Let $(X,\mathbf{B},\mu)$ be a $\sigma$-finite measure space (i.e. there exist countably many $X_j$ $\in$ $\mathbf{B}$
such that $\mu X_j<\infty$ and $X=\cup_j X_j$).Let $f \in L^1$ $(\mu)$
(1)Prove for any $\epsilon>0$, there is a measurable function $g$ vanishing outside a set of finite
measure such that $\int\vert f-g\vert d\mu<\epsilon$.
(2)Prove for any $\epsilon>0,\exists\delta>0$ such that $\int_A\vert f\vert d\mu<\epsilon$ for any A $\in \mathbf{B}$ with $\mu A<\delta$.
(3)Define a signed measure $\nu$ by $\nu$ E= $\int_E f d \mu$. Let$\{E_n\}$ be a decreasing sequence of
measurable sets. Prove $\nu(\cap^\infty_1E_j)=lim_{j\rightarrow\infty}\nu E_j$ .
(4)If $X=[0,1]$ and $\mu$ is the Lebesgue measure , prove $F(x)$ defined by $F(x)=\int^x_0 f(t)dt$
is absolutly continuous.
Let $f$ be a real-valued measurable function on [a,b] and $E=\{x:\vert f'(x)\vert< \alpha\}$.Let
$m^*$ and $m$ be respectively the Lebesgue outer measure and Lebesgue measure on [a,b].
(5) If $f$ is absolutely continuous, prove $m^* (f(E))\leq \alpha m^*(E)$.
(6) If $f$ is of bounded variation , is it still true that $m^* (f(E))\leq \alpha m^*(E)$ ?Prove or
disprove your answer .

Let $X$ be a compact subset of $\mathbf{R}^n$ . Let $f_n \in L^p(X) (p>1)$ be a sequence converging
a.e. to a measurable function $f$. Suppose $\Vert f_n-f\Vert _p < M$ for some $M$ .
(7) Prove $f \in L^p(X)$ and $f_n$ converges to $f$ weakly .
(8) Prove $f_n$ converges to $f$ in $L^r(X)$ for any $1\leq r \leq p$ .

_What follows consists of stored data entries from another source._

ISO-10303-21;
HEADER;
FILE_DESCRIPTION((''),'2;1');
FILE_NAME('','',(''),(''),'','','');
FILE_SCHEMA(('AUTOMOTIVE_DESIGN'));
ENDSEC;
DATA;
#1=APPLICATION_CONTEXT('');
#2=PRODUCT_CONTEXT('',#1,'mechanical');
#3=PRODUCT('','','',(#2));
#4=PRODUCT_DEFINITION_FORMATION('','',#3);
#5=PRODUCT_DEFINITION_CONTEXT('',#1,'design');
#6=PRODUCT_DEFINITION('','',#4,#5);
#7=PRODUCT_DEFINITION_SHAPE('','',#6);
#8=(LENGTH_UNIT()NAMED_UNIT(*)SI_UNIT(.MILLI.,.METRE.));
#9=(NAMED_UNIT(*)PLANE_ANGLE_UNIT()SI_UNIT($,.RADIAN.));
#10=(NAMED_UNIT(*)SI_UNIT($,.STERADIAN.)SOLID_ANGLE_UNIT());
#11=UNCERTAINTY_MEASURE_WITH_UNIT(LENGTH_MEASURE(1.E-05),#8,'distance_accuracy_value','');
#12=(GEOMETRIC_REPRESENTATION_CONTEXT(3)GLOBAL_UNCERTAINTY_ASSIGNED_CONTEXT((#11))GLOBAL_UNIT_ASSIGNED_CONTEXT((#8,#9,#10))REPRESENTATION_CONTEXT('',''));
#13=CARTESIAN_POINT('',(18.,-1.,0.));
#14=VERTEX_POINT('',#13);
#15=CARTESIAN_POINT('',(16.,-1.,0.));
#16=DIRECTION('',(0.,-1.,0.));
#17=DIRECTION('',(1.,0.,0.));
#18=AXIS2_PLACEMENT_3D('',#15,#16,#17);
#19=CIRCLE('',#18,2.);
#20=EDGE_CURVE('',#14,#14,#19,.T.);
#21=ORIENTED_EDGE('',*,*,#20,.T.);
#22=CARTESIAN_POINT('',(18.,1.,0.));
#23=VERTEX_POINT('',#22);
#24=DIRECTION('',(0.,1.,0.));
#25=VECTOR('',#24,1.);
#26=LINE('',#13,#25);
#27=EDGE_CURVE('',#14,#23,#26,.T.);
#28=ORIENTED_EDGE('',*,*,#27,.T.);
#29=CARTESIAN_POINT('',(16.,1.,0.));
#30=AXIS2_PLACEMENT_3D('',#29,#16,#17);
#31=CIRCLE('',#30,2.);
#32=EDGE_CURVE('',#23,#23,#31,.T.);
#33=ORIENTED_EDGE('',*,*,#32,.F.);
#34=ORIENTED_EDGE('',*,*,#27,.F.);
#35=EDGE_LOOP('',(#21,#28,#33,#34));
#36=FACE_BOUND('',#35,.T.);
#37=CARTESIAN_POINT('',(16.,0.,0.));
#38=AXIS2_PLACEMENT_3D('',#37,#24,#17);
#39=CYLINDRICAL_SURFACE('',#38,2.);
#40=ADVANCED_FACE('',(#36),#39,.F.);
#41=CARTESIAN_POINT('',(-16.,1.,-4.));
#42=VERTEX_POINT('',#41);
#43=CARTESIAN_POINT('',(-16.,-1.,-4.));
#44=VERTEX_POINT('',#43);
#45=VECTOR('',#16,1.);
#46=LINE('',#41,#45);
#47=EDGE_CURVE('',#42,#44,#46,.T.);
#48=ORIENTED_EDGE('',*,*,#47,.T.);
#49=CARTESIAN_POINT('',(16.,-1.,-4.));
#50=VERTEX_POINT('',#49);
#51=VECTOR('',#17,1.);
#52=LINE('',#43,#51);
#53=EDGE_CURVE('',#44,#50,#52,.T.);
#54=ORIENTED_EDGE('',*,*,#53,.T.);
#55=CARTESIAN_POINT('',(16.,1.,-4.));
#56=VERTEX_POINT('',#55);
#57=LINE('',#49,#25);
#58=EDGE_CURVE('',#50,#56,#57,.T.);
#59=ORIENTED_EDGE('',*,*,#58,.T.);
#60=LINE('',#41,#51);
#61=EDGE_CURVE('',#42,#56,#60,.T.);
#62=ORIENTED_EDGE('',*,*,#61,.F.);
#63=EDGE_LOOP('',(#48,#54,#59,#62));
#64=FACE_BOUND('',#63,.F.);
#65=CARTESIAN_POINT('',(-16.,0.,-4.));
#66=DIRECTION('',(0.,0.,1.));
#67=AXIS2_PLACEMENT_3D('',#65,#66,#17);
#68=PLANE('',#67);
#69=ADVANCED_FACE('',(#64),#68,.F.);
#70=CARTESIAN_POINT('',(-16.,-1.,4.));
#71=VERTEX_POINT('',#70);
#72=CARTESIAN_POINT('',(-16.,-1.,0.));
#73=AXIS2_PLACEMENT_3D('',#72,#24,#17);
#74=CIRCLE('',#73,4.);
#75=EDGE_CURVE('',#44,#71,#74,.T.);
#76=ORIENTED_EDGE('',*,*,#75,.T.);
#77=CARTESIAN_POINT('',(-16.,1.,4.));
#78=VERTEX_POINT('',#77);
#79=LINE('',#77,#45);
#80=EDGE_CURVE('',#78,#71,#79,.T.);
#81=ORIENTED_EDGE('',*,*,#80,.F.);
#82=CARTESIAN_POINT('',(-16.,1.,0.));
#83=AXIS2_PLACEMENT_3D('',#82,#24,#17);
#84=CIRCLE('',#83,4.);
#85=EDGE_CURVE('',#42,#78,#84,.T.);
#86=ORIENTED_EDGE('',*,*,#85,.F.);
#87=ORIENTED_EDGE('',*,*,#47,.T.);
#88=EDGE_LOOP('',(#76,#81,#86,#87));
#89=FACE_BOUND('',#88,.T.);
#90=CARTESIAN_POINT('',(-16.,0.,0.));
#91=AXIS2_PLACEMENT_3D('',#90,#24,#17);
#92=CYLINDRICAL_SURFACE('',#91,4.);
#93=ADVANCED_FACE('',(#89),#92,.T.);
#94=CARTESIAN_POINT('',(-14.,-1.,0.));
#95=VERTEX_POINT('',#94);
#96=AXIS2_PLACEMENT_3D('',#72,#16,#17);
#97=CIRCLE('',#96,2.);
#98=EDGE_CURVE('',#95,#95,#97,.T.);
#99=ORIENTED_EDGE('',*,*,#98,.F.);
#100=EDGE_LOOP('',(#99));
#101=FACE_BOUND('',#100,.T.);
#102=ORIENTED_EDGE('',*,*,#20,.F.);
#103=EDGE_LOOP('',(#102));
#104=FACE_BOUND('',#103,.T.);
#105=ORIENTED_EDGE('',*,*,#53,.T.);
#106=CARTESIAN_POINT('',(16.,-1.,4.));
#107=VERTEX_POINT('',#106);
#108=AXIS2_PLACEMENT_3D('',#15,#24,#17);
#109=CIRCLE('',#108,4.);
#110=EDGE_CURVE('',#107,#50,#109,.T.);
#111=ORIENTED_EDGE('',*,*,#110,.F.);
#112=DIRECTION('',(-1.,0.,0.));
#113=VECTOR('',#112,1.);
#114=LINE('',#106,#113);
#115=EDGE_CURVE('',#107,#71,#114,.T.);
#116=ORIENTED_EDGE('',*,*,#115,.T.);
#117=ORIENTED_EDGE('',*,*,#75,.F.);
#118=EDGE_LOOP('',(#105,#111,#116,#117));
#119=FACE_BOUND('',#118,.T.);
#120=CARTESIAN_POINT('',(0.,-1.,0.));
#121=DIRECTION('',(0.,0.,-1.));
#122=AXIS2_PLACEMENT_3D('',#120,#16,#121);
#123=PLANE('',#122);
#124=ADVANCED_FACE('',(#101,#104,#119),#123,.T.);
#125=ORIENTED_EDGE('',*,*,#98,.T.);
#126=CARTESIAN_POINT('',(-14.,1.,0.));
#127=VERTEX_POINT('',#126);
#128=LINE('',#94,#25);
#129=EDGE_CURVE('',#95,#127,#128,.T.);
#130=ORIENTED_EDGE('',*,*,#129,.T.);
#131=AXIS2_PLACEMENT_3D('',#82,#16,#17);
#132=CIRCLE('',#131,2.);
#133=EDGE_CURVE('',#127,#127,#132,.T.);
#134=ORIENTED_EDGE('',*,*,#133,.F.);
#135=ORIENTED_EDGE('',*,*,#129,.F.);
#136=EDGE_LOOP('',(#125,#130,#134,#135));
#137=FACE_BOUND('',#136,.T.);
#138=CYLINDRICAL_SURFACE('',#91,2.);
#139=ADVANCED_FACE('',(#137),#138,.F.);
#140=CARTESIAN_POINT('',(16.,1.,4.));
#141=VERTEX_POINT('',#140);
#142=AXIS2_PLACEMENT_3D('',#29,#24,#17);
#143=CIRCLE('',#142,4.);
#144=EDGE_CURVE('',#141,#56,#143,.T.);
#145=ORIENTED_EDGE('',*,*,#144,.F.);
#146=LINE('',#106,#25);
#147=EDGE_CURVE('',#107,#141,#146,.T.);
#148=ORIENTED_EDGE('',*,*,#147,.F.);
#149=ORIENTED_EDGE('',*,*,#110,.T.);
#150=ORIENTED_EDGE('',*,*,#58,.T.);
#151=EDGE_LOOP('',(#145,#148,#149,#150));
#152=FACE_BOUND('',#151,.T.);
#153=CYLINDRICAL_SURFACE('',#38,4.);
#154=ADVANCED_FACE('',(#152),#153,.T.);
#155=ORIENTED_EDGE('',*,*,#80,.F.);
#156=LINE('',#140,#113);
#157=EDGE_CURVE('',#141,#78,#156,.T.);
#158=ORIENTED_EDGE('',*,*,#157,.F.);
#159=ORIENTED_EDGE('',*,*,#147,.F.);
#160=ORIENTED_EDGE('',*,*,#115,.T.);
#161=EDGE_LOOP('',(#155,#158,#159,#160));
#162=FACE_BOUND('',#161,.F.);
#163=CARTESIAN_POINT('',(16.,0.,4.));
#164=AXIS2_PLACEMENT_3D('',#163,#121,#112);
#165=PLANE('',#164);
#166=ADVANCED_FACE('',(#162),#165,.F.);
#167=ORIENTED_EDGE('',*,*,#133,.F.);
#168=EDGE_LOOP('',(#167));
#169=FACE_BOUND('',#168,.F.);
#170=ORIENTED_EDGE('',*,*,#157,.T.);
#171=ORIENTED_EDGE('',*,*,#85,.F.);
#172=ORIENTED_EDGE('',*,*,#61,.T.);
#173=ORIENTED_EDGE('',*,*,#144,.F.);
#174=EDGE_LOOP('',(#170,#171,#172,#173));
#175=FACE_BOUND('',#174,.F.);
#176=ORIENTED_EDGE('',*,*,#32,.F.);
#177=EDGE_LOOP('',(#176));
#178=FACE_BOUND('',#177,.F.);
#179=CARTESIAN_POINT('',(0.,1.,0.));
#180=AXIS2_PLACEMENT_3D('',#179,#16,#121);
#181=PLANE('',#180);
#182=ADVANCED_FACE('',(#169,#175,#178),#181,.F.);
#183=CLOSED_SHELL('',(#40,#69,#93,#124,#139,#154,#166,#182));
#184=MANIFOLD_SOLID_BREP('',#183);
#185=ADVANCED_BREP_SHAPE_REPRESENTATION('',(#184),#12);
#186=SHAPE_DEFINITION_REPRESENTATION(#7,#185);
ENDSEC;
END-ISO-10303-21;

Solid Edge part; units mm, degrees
sketch "Sketch1" plane through (0, 0, 0) normal (0, -1, 0) x (1, 0, 0)
  line L0 (16, 4) -> (-16, 4)
  line L1 (-16, -4) -> (16, -4)
  arc A0 (-16, -4) -> (-16, 4) centre (-16, 0) cw
  arc A1 (16, 4) -> (16, -4) centre (16, 0) cw
  circle A2 centre (-16, 0) radius 2
  circle A3 centre (16, 0) radius 2
extrude "Protrusion1" add sketch "Sketch1" along normal mid plane 2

Let $\mu$ be a measure on the compact subset $K$ of $\mathbf{C}$ . Define $f(z)=\int_K \frac{d \mu (\zeta)}{\zeta-z}$ .
(9) Prove $f$ is analytic outside $K$ .
(10) Find an estimate for $\vert f'(z)\vert$ for $z$ not in $K$ .

Let $\phi$ be a bounded measurable function defined on $\{(x,y) : \vert x\vert^2+\vert y\vert^2 \leq 1\}\subset \mathbf{R}^2$ .
Define for $(x,y) \in \mathbf{R}^2$

$$g(x,y)= \int_ {\vert s\vert^2+\vert t\vert^2 \leq 1} \phi (s,t)\log ((s-x)^2+(t-y)^2)dm,$$

where $m$ is the Lebesgue measure on $\mathbf{R}^2$ .
(11) Prove $g$ is locally integrable hence finite a.e..
(12) Prove the partial derivatives of $g$ exist .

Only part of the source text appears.